This week kicks off college football season in Big Ten country as administrators, coaches and players from across the conference converge on Chicago for the conference's media days and related activities.
That means, finally, some timely programming on the Big Ten Network.
Unfortunately, it also sets the stage for some really bad sports-talk radio in our region. That's because shows sometimes get lazy and use live excerpts (or complete replays) from news conferences at media day or related breakout sessions.
Maybe "Sports Talk with Steve Jones" will not take that approach (although it often does), and "Sports Central with Cory Giger" does not offend as regularly in that manner as often.
Sports-talk radio works best as a conversation, not a live or - even worse - a tape-delayed audio stenographer. While typically mundane news conferences can play OK on TV, they're much less valuable as programming on radio.
This week (and every day of every week for that matter) listeners should expect sports-talk hosts to provide context and nuance. Sure, what coaches and players from Penn State and across the conference have to say matters, but hearing it verbatim with sometimes hard-to-hear questions from media members in a big room is not sports-talk radio at its best.
It's certainly not radio at its best.
Listeners do want to hear from sources that pique their interest, and hearing directly from them is a good trend - especially as schools themselves take on roles controlling information and acting as media members themselves.

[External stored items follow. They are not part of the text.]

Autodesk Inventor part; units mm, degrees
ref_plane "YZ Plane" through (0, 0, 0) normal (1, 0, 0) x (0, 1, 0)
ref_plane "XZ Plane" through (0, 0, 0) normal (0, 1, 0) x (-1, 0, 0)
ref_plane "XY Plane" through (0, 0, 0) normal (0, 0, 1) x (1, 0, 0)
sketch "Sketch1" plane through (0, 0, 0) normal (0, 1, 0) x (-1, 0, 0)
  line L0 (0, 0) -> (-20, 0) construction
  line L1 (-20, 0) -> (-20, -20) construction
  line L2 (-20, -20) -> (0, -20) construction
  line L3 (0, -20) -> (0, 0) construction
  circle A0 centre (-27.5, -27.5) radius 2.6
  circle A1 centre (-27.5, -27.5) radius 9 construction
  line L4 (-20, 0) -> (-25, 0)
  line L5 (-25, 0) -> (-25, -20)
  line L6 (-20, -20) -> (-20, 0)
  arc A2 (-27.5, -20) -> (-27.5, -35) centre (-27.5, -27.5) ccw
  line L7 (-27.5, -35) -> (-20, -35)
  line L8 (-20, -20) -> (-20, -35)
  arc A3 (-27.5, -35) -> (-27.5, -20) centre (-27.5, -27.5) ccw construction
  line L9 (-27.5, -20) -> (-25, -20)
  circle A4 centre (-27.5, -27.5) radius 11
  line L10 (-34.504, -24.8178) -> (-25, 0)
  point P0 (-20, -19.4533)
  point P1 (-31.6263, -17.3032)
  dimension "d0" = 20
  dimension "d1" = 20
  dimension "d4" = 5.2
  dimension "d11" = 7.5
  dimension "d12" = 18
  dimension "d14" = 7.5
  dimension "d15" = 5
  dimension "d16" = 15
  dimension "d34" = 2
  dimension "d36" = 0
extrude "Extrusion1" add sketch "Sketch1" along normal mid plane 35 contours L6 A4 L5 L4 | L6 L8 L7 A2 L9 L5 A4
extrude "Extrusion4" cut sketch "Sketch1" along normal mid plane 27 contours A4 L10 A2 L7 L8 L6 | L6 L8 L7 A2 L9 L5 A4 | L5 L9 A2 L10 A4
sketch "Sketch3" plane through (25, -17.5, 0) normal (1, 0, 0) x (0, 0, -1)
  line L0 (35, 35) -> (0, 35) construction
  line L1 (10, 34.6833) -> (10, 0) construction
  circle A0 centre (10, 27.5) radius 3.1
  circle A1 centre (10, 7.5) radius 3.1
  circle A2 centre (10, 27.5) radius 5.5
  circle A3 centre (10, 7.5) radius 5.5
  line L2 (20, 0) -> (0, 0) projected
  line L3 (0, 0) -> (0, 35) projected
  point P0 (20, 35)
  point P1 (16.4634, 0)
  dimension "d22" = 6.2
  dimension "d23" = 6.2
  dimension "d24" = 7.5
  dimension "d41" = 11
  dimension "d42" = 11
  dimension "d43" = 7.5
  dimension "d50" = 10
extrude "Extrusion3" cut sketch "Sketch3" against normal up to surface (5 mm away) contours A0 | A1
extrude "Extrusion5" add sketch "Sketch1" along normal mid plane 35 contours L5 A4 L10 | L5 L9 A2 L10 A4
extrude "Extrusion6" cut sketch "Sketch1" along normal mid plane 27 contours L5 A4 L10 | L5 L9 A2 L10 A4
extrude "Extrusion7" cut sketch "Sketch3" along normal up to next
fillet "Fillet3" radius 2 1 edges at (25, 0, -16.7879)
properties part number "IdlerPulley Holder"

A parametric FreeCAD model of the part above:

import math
import FreeCAD as App
import Part
import Sketcher
Q = App.Units.Quantity


def edges_at(feature, points):
    """Names of the edges that pass closest to the given points."""
    edges = feature.Shape.Edges
    near = lambda p: min(range(len(edges)), key=lambda i: edges[i].distToShape(Part.Vertex(*p))[0])
    return sorted({f"Edge{near(p) + 1}" for p in points})

doc = App.newDocument("Part")
params = doc.addObject("Spreadsheet::Sheet", "Params")
for row, (alias, value) in enumerate([
    ("sketch1_diameter", "5.2 mm"),
    ("sketch1_radius", "7.5 mm"),
    ("sketch1_width", "5 mm"),
    ("sketch1_height", "20 mm"),
    ("sketch1_width2", "7.5 mm"),
    ("pad1_length", "35 mm"),
    ("sketch2_diameter", "5.2 mm"),
    ("sketch2_diameter2", "22 mm"),
    ("pocket1_length", "27 mm"),
    ("sketch3_diameter", "6.2 mm"),
    ("pocket2_length", "5 mm"),
    ("sketch4_radius", "7.5 mm"),
    ("sketch4_height", "20 mm"),
    ("sketch4_width", "2.5 mm"),
    ("pad2_length", "35 mm"),
    ("sketch5_radius", "7.5 mm"),
    ("sketch5_height", "20 mm"),
    ("sketch5_width", "2.5 mm"),
    ("pocket3_length", "27 mm"),
    ("sketch6_diameter", "11 mm"),
    ("sketch6_diameter2", "6.2 mm"),
    ("pocket4_length", "5.4542 mm"),
    ("fillet_radius", "2 mm"),
], start=1):
    params.set(f"A{row}", alias)
    params.set(f"B{row}", "=" + value)
    params.setAlias(f"B{row}", alias)

body = doc.addObject("PartDesign::Body", "Body")

# Sketch on XZ plane
sketch1 = body.newObject("Sketcher::SketchObject", "Sketch")
sketch1.AttachmentSupport = (doc.getObject("XZ_Plane"), [""])
sketch1.MapMode = "FlatFace"
sketch1.addGeometry([
    Part.LineSegment(App.Vector(20, 0, 0), App.Vector(25, 0, 0)),  # 0
    Part.LineSegment(App.Vector(25, 0, 0), App.Vector(25, -20, 0)),  # 1
    Part.LineSegment(App.Vector(25, -20, 0), App.Vector(27.5, -20, 0)),  # 2
    Part.ArcOfCircle(Part.Circle(App.Vector(27.5, -27.5, 0), App.Vector(0, 0, 1), 7.5), math.radians(-90), math.radians(90)),  # 3
    Part.LineSegment(App.Vector(27.5, -35, 0), App.Vector(20, -35, 0)),  # 4
    Part.LineSegment(App.Vector(20, -35, 0), App.Vector(20, 0, 0)),  # 5
    Part.Circle(App.Vector(27.5, -27.5, 0), App.Vector(0, 0, 1), 2.6),  # 6
], False)
sketch1.addConstraint([
    Sketcher.Constraint("Coincident", 0, 2, 1, 1),
    Sketcher.Constraint("Coincident", 1, 2, 2, 1),
    Sketcher.Constraint("Tangent", 2, 2, 3, 2),
    Sketcher.Constraint("Tangent", 3, 1, 4, 1),
    Sketcher.Constraint("Coincident", 4, 2, 5, 1),
    Sketcher.Constraint("Coincident", 5, 2, 0, 1),
    Sketcher.Constraint("Horizontal", 0),
    Sketcher.Constraint("Vertical", 1),
    Sketcher.Constraint("Horizontal", 2),
    Sketcher.Constraint("Horizontal", 4),
    Sketcher.Constraint("Vertical", 5),
    Sketcher.Constraint("Coincident", 6, 3, 3, 3),
    Sketcher.Constraint("PointOnObject", 0, 2, -1),
    Sketcher.Constraint("Diameter", 6, Q("5.2 mm")),
    Sketcher.Constraint("Radius", 3, Q("7.5 mm")),
    Sketcher.Constraint("DistanceX", 0, 1, 0, 2, Q("5 mm")),
    Sketcher.Constraint("DistanceY", 1, 2, 1, 1, Q("20 mm")),
    Sketcher.Constraint("DistanceX", 4, 2, 4, 1, Q("7.5 mm")),
    Sketcher.Constraint("DistanceX", -1, 1, 4, 2, Q("20 mm")),
])
sketch1.setExpression("Constraints[13]", "Params.sketch1_diameter")
sketch1.setExpression("Constraints[14]", "Params.sketch1_radius")
sketch1.setExpression("Constraints[15]", "Params.sketch1_width")
sketch1.setExpression("Constraints[16]", "Params.sketch1_height")
sketch1.setExpression("Constraints[17]", "Params.sketch1_width2")
pad1 = body.newObject("PartDesign::Pad", "Pad")
pad1.Profile = sketch1
pad1.setExpression("Length", "Params.pad1_length")
pad1.Midplane = True

# Sketch on XZ plane
sketch2 = body.newObject("Sketcher::SketchObject", "Sketch001")
sketch2.AttachmentSupport = (doc.getObject("XZ_Plane"), [""])
sketch2.MapMode = "FlatFace"
sketch2.addGeometry([
    Part.Circle(App.Vector(27.5, -27.5, 0), App.Vector(0, 0, 1), 11),
    Part.Circle(App.Vector(27.5, -27.5, 0), App.Vector(0, 0, 1), 2.6),
], False)
sketch2.addConstraint([
    Sketcher.Constraint("Coincident", 1, 3, 0, 3),
    Sketcher.Constraint("Diameter", 1, Q("5.2 mm")),
    Sketcher.Constraint("Diameter", 0, Q("22 mm")),
    Sketcher.Constraint("DistanceX", -1, 1, 0, 3, Q("27.5 mm")),
    Sketcher.Constraint("DistanceY", 0, 3, -1, 1, Q("27.5 mm")),
])
sketch2.setExpression("Constraints[1]", "Params.sketch2_diameter")
sketch2.setExpression("Constraints[2]", "Params.sketch2_diameter2")
pocket1 = body.newObject("PartDesign::Pocket", "Pocket")
pocket1.Profile = sketch2
pocket1.setExpression("Length", "Params.pocket1_length")
pocket1.Midplane = True

# Sketch on YZ plane
sketch3 = body.newObject("Sketcher::SketchObject", "Sketch002")
sketch3.AttachmentSupport = (doc.getObject("YZ_Plane"), [""])
sketch3.MapMode = "FlatFace"
sketch3.AttachmentOffset = App.Placement(App.Vector(0, 0, 25), App.Rotation())
sketch3.addGeometry([
    Part.Circle(App.Vector(10, -10, 0), App.Vector(0, 0, 1), 3.1),
    Part.Circle(App.Vector(-10, -10, 0), App.Vector(0, 0, 1), 3.1),
], False)
sketch3.addConstraint([
    Sketcher.Constraint("Equal", 0, 1),
    Sketcher.Constraint("Symmetric", 0, 3, 1, 3, -2),
    Sketcher.Constraint("Diameter", 0, Q("6.2 mm")),
    Sketcher.Constraint("DistanceX", -1, 1, 0, 3, Q("10 mm")),
    Sketcher.Constraint("DistanceY", 0, 3, -1, 1, Q("10 mm")),
])
sketch3.setExpression("Constraints[2]", "Params.sketch3_diameter")
pocket2 = body.newObject("PartDesign::Pocket", "Pocket001")
pocket2.Profile = sketch3
pocket2.setExpression("Length", "Params.pocket2_length")

# Sketch on XZ plane
sketch4 = body.newObject("Sketcher::SketchObject", "Sketch003")
sketch4.AttachmentSupport = (doc.getObject("XZ_Plane"), [""])
sketch4.MapMode = "FlatFace"
sketch4.addGeometry([
    Part.LineSegment(App.Vector(25, 0, 0), App.Vector(34.5, -24.8, 0)),
    Part.ArcOfCircle(Part.Circle(App.Vector(27.5, -27.5, 0), App.Vector(0, 0, 1), 7.5), math.radians(21), math.radians(90)),
    Part.LineSegment(App.Vector(27.5, -20, 0), App.Vector(25, -20, 0)),
    Part.LineSegment(App.Vector(25, -20, 0), App.Vector(25, 0, 0)),
], False)
sketch4.addConstraint([
    Sketcher.Constraint("Tangent", 0, 2, 1, 1),
    Sketcher.Constraint("Tangent", 1, 2, 2, 1),
    Sketcher.Constraint("Coincident", 2, 2, 3, 1),
    Sketcher.Constraint("Coincident", 3, 2, 0, 1),
    Sketcher.Constraint("Horizontal", 2),
    Sketcher.Constraint("Vertical", 3),
    Sketcher.Constraint("PointOnObject", 3, 2, -1),
    Sketcher.Constraint("Radius", 1, Q("7.5 mm")),
    Sketcher.Constraint("DistanceY", 3, 1, 3, 2, Q("20 mm")),
    Sketcher.Constraint("DistanceX", 2, 2, 2, 1, Q("2.5 mm")),
    Sketcher.Constraint("DistanceX", -1, 1, 2, 2, Q("25 mm")),
])
sketch4.setExpression("Constraints[7]", "Params.sketch4_radius")
sketch4.setExpression("Constraints[8]", "Params.sketch4_height")
sketch4.setExpression("Constraints[9]", "Params.sketch4_width")
pad2 = body.newObject("PartDesign::Pad", "Pad001")
pad2.Profile = sketch4
pad2.setExpression("Length", "Params.pad2_length")
pad2.Midplane = True

# Sketch on XZ plane
sketch5 = body.newObject("Sketcher::SketchObject", "Sketch004")
sketch5.AttachmentSupport = (doc.getObject("XZ_Plane"), [""])
sketch5.MapMode = "FlatFace"
sketch5.addGeometry([
    Part.LineSegment(App.Vector(25, 0, 0), App.Vector(34.5, -24.8, 0)),
    Part.ArcOfCircle(Part.Circle(App.Vector(27.5, -27.5, 0), App.Vector(0, 0, 1), 7.5), math.radians(21), math.radians(90)),
    Part.LineSegment(App.Vector(27.5, -20, 0), App.Vector(25, -20, 0)),
    Part.LineSegment(App.Vector(25, -20, 0), App.Vector(25, 0, 0)),
], False)
sketch5.addConstraint([
    Sketcher.Constraint("Tangent", 0, 2, 1, 1),
    Sketcher.Constraint("Tangent", 1, 2, 2, 1),
    Sketcher.Constraint("Coincident", 2, 2, 3, 1),
    Sketcher.Constraint("Coincident", 3, 2, 0, 1),
    Sketcher.Constraint("Horizontal", 2),
    Sketcher.Constraint("Vertical", 3),
    Sketcher.Constraint("PointOnObject", 3, 2, -1),
    Sketcher.Constraint("Radius", 1, Q("7.5 mm")),
    Sketcher.Constraint("DistanceY", 3, 1, 3, 2, Q("20 mm")),
    Sketcher.Constraint("DistanceX", 2, 2, 2, 1, Q("2.5 mm")),
    Sketcher.Constraint("DistanceX", -1, 1, 2, 2, Q("25 mm")),
])
sketch5.setExpression("Constraints[7]", "Params.sketch5_radius")
sketch5.setExpression("Constraints[8]", "Params.sketch5_height")
sketch5.setExpression("Constraints[9]", "Params.sketch5_width")
pocket3 = body.newObject("PartDesign::Pocket", "Pocket002")
pocket3.Profile = sketch5
pocket3.setExpression("Length", "Params.pocket3_length")
pocket3.Midplane = True

# Sketch on YZ plane
sketch6 = body.newObject("Sketcher::SketchObject", "Sketch005")
sketch6.AttachmentSupport = (doc.getObject("YZ_Plane"), [""])
sketch6.MapMode = "FlatFace"
sketch6.AttachmentOffset = App.Placement(App.Vector(0, 0, 25), App.Rotation())
sketch6.addGeometry([
    Part.Circle(App.Vector(10, -10, 0), App.Vector(0, 0, 1), 5.5),
    Part.Circle(App.Vector(10, -10, 0), App.Vector(0, 0, 1), 3.1),
    Part.Circle(App.Vector(-10, -10, 0), App.Vector(0, 0, 1), 5.5),
    Part.Circle(App.Vector(-10, -10, 0), App.Vector(0, 0, 1), 3.1),
], False)
sketch6.addConstraint([
    Sketcher.Constraint("Coincident", 1, 3, 0, 3),
    Sketcher.Constraint("Coincident", 3, 3, 2, 3),
    Sketcher.Constraint("Equal", 0, 2),
    Sketcher.Constraint("Equal", 1, 3),
    Sketcher.Constraint("Symmetric", 0, 3, 2, 3, -2),
    Sketcher.Constraint("Diameter", 0, Q("11 mm")),
    Sketcher.Constraint("Diameter", 1, Q("6.2 mm")),
    Sketcher.Constraint("DistanceX", -1, 1, 0, 3, Q("10 mm")),
    Sketcher.Constraint("DistanceY", 0, 3, -1, 1, Q("10 mm")),
])
sketch6.setExpression("Constraints[5]", "Params.sketch6_diameter")
sketch6.setExpression("Constraints[6]", "Params.sketch6_diameter2")
pocket4 = body.newObject("PartDesign::Pocket", "Pocket003")
pocket4.Profile = sketch6
pocket4.setExpression("Length", "Params.pocket4_length")
pocket4.Reversed = True
doc.recompute()

fillet = body.newObject("PartDesign::Fillet", "Fillet")
fillet.Base = (pocket4, edges_at(pocket4, [(25, 0, -16.788)]))
fillet.setExpression("Radius", "Params.fillet_radius")

doc.recompute()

Still, radio can do an even better job if hosts and expert guest put what happens into context and offer some opinion and perspective along with that access. When that happens, that's good radio. When it's just a matter of pushing "play" and "record" and letting listeners hear things as they happen, it's timely but not nearly as good.
Fox Sports faces
Former Pitt coach Dave Wannstedt has joined Fox Sports 1 as a college football analyst.
He was among a revamped lineup of on-air talent Fox Sports and FS1 revealed recently. It's a much-improved group in terms of play-by-play and reporting, which should give games and shows from the Fox family a little more credibility this year.
Wannstedt will work on an hour-long show Saturday nights hosted by Rob Stone with fellow analyst Joel Klatt.
Fox's top broadcast team will be Gus Johnson, Charles Davis and Molly McGrath.
Still, the real improvement comes on Thursday night games with proven pro Tim Brando on play-by-play, working with Klatt. Likewise the football studio insiders/reporters are strong additions: Bruce Feldman, formerly of ESPN and CBS, and Stewart Mandel, formerly of Sports Illustrated.
Noticeably missing from the Fox Sports/FS1 college football personnel lineup was Erin Andrews.
She's been moved from college football as a studio host - a role she was hired away from ESPN to fill that simply did not work - to the NFL as a sideline reporter. She replaces Pam Oliver on Fox's top NFL broadcast team.
Oliver will work this season as her final season on the NFL sideline before moving into a different role for the network. That move struck some as ageism and disrespect for Oliver.
Still, she'll be able to get to 20 years on the job and still have a job afterward. Not a bad deal.
n Longtime Pittsburgh sports writer Dejan Kovacevic has launched a subscription-based Pittsburgh sports site, bringing a national model of a single-person driven site (think Bill Simmons at Grantland, Peter King at MMQB and others) to our region. There are similar pay-for-access efforts in Philadelphia (around the Eagles) and, of course, following Penn State sports in general and here with the Mirror. Still, it's not an easy path. Kovacevic has some initial sponsors, but even King and Sports Illustrated's MMQB, a truly quality endeavor with national reach, continues to seek steady advertising revenue.
n Penn State fans hoping to watch the Nittany Lions' four-overtime victory from last season again on TV have another chance Monday. The game that was voted as one of the best of 2014 will air at 10 p.m. Monday on ESPNU.
n The latest number for households served by ESPN came in at 97 million. That's down a bit from 101 million a couple years ago. Perhaps it's a testament to folks cutting ties with cable TV.